Author Archive

No More Labs in Public Hospitals in China?

March 12, 2017

A Typical Day in a Chinese Hospital; Source: sixth tone

Prior to the 2009 health system reform, in the face of dwindling governmental health spending, Chinese public hospitals relied primarily on drugs with high mark-up and expensive laboratory tests as their sources of revenue. In fact, according to earlier estimation, lab testing expenditure alone costs the system 751.9 billion RMB in 2015. Unlike in the U.S. where lab tests are conducted in both hospital lab settings (62%) and independent laboratories, lab tests are completed almost exclusively within public hospital laboratories (99.3%) in China.

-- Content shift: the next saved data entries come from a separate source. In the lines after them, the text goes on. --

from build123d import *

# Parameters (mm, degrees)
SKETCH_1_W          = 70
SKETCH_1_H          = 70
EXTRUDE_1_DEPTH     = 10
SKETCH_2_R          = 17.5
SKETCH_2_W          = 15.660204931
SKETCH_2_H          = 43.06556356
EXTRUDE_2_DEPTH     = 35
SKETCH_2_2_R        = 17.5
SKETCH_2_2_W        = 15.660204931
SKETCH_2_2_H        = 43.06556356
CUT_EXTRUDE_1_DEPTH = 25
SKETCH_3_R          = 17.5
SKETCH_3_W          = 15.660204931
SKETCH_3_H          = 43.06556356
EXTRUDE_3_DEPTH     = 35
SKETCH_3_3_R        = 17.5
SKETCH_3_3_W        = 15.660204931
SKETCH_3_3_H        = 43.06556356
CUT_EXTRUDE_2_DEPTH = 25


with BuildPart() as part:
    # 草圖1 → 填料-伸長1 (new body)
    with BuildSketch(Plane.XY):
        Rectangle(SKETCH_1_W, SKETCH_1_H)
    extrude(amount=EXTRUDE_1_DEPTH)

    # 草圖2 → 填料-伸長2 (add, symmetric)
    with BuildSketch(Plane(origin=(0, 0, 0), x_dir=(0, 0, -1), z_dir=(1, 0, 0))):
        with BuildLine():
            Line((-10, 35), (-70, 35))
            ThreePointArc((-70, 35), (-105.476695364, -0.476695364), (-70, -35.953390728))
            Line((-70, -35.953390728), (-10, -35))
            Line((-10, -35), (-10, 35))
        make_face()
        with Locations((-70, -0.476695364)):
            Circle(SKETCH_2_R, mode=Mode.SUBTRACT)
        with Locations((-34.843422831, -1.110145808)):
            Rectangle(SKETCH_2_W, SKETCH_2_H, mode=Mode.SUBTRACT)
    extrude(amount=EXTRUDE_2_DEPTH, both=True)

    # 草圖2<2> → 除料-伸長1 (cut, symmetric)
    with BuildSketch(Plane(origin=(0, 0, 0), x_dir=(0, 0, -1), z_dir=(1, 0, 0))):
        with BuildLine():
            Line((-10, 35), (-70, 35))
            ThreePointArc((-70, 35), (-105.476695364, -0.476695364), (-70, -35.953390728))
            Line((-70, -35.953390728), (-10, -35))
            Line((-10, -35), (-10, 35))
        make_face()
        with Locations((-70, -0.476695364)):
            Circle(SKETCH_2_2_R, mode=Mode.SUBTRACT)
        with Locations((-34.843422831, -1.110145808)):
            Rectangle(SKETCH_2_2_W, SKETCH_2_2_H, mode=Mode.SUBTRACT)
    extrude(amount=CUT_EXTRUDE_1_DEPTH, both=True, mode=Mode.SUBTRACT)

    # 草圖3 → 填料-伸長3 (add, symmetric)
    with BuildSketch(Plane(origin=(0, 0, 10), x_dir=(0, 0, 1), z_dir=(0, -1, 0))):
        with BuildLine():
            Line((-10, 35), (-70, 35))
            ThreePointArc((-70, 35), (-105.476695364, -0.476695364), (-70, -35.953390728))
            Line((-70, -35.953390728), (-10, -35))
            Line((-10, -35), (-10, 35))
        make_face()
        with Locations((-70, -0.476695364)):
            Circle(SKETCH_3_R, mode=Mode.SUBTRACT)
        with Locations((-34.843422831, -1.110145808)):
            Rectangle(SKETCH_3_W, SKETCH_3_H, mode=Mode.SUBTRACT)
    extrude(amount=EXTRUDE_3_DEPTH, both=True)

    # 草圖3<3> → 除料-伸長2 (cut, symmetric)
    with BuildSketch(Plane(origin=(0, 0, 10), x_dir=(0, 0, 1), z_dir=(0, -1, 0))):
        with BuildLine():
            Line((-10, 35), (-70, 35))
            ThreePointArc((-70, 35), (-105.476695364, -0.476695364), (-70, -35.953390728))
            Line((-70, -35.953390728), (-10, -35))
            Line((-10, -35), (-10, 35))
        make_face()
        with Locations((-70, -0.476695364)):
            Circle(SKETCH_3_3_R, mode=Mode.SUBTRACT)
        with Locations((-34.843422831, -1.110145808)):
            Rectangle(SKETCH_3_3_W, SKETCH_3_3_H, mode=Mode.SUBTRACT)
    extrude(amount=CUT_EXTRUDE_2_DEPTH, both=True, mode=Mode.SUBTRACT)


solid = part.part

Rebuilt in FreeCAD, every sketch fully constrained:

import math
import FreeCAD as App
import Part
import Sketcher

V = App.Vector
Q = App.Units.Quantity

doc = App.newDocument("Part")
body = doc.addObject("PartDesign::Body", "Body")

sketch1 = body.newObject("Sketcher::SketchObject", "Sketch")
sketch1.AttachmentSupport = (doc.getObject("XY_Plane"), [""])
sketch1.MapMode = "FlatFace"
sketch1.addGeometry([
    Part.LineSegment(V(-35, 35, 0), V(-35, -35, 0)),
    Part.LineSegment(V(-35, -35, 0), V(35, -35, 0)),
    Part.LineSegment(V(35, -35, 0), V(35, 35, 0)),
    Part.LineSegment(V(35, 35, 0), V(-35, 35, 0)),
], False)
sketch1.addConstraint([
    Sketcher.Constraint("Coincident", 0, 2, 1, 1),
    Sketcher.Constraint("Coincident", 1, 2, 2, 1),
    Sketcher.Constraint("Coincident", 2, 2, 3, 1),
    Sketcher.Constraint("Coincident", 3, 2, 0, 1),
    Sketcher.Constraint("Vertical", 0),
    Sketcher.Constraint("Horizontal", 1),
    Sketcher.Constraint("Vertical", 2),
    Sketcher.Constraint("Horizontal", 3),
    Sketcher.Constraint("Symmetric", 0, 2, 2, 2, -1, 1),
    Sketcher.Constraint("Equal", 3, 0),
    Sketcher.Constraint("DistanceX", 1, 1, 1, 2, Q("70 mm")),
])
pad1 = body.newObject("PartDesign::Pad", "Pad")
pad1.Profile = sketch1
pad1.Length = 10

sketch2 = body.newObject("Sketcher::SketchObject", "Sketch001")
sketch2.AttachmentSupport = (doc.getObject("YZ_Plane"), [""])
sketch2.MapMode = "FlatFace"
sketch2.addGeometry([
    Part.LineSegment(V(35, 10, 0), V(35, 70, 0)),
    Part.ArcOfCircle(Part.Circle(V(-0.476695, 70, 0), V(0, 0, 1), 35.476695), math.radians(0), math.radians(180)),
    Part.LineSegment(V(-35.953391, 70, 0), V(-35, 10, 0)),
    Part.LineSegment(V(-35, 10, 0), V(35, 10, 0)),
    Part.LineSegment(V(-22.642928, 27.01332, 0), V(-22.642928, 42.673525, 0)),
    Part.LineSegment(V(-22.642928, 42.673525, 0), V(20.422636, 42.673525, 0)),
    Part.LineSegment(V(20.422636, 42.673525, 0), V(20.422636, 27.01332, 0)),
    Part.LineSegment(V(20.422636, 27.01332, 0), V(-22.642928, 27.01332, 0)),
    Part.Circle(V(-0.476695, 70, 0), V(0, 0, 1), 17.5),
], False)
sketch2.addConstraint([
    Sketcher.Constraint("Tangent", 0, 2, 1, 1),
    Sketcher.Constraint("Coincident", 1, 2, 2, 1),
    Sketcher.Constraint("Coincident", 2, 2, 3, 1),
    Sketcher.Constraint("Coincident", 3, 2, 0, 1),
    Sketcher.Constraint("Coincident", 4, 2, 5, 1),
    Sketcher.Constraint("Coincident", 5, 2, 6, 1),
    Sketcher.Constraint("Coincident", 6, 2, 7, 1),
    Sketcher.Constraint("Coincident", 7, 2, 4, 1),
    Sketcher.Constraint("Vertical", 0),
    Sketcher.Constraint("Horizontal", 3),
    Sketcher.Constraint("Vertical", 4),
    Sketcher.Constraint("Horizontal", 5),
    Sketcher.Constraint("Vertical", 6),
    Sketcher.Constraint("Horizontal", 7),
    Sketcher.Constraint("Coincident", 8, 3, 1, 3),
    Sketcher.Constraint("Horizontal", 0, 2, 1, 2),
    Sketcher.Constraint("Diameter", 8, Q("35 mm")),
    Sketcher.Constraint("DistanceX", 3, 1, 3, 2, Q("70 mm")),
    Sketcher.Constraint("DistanceY", 0, 1, 0, 2, Q("60 mm")),
    Sketcher.Constraint("DistanceY", -1, 1, 1, 3, Q("70 mm")),
    Sketcher.Constraint("DistanceX", -1, 1, 0, 2, Q("35 mm")),
    Sketcher.Constraint("Radius", 1, Q("35.476695 mm")),
    Sketcher.Constraint("DistanceX", 5, 1, 5, 2, Q("43.065564 mm")),
    Sketcher.Constraint("DistanceY", 4, 1, 4, 2, Q("15.660205 mm")),
    Sketcher.Constraint("DistanceY", -1, 1, 6, 2, Q("27.01332 mm")),
    Sketcher.Constraint("DistanceX", 1, 3, 5, 2, Q("20.899331 mm")),
])
pad2 = body.newObject("PartDesign::Pad", "Pad001")
pad2.Profile = sketch2
pad2.Length = 70
pad2.Midplane = True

In the effort to improve healthcare quality and cost-effectiveness, the Chinese central MOH has recently published policy recommendations that call for labs within public hospitals to register as independent legal entity. In addition, the development of independent medical laboratory companies is also encouraged. However, actual implementation of such policy recommendations (not mandate) is at the discretion of individual provincial MOH, whose opinion is largely influenced by large public hospitals. In this case, public hospitals are unlikely to support such policy in fear that they will lose another source of revenue (in light of the recent “zero drug mark-up” policy). General publics have also voiced concerns related to whether all hospital laboratory services will be removed and how that might affect their care-seeking experience.

To maintain healthcare quality and mitigate the risk of national health insurance fund deficit , the central government of China should enforce such policy with no delay. However, in order to generate buy-in and reconcile the conflicts between different stakeholders, the CMOH should:

  1. Change the “policy recommendation” to “policy mandate”, set pilot cities, start from small-scale implementation to national roll-out;
  2. Subsidize public hospitals to help them go through the transition period;
  3. Emphasize to the public that frequently used lab services will be available at public hospitals, only to be financially separated from the public hospitals’ revenue streams;
  4. Set high quality control standard for independent lab services.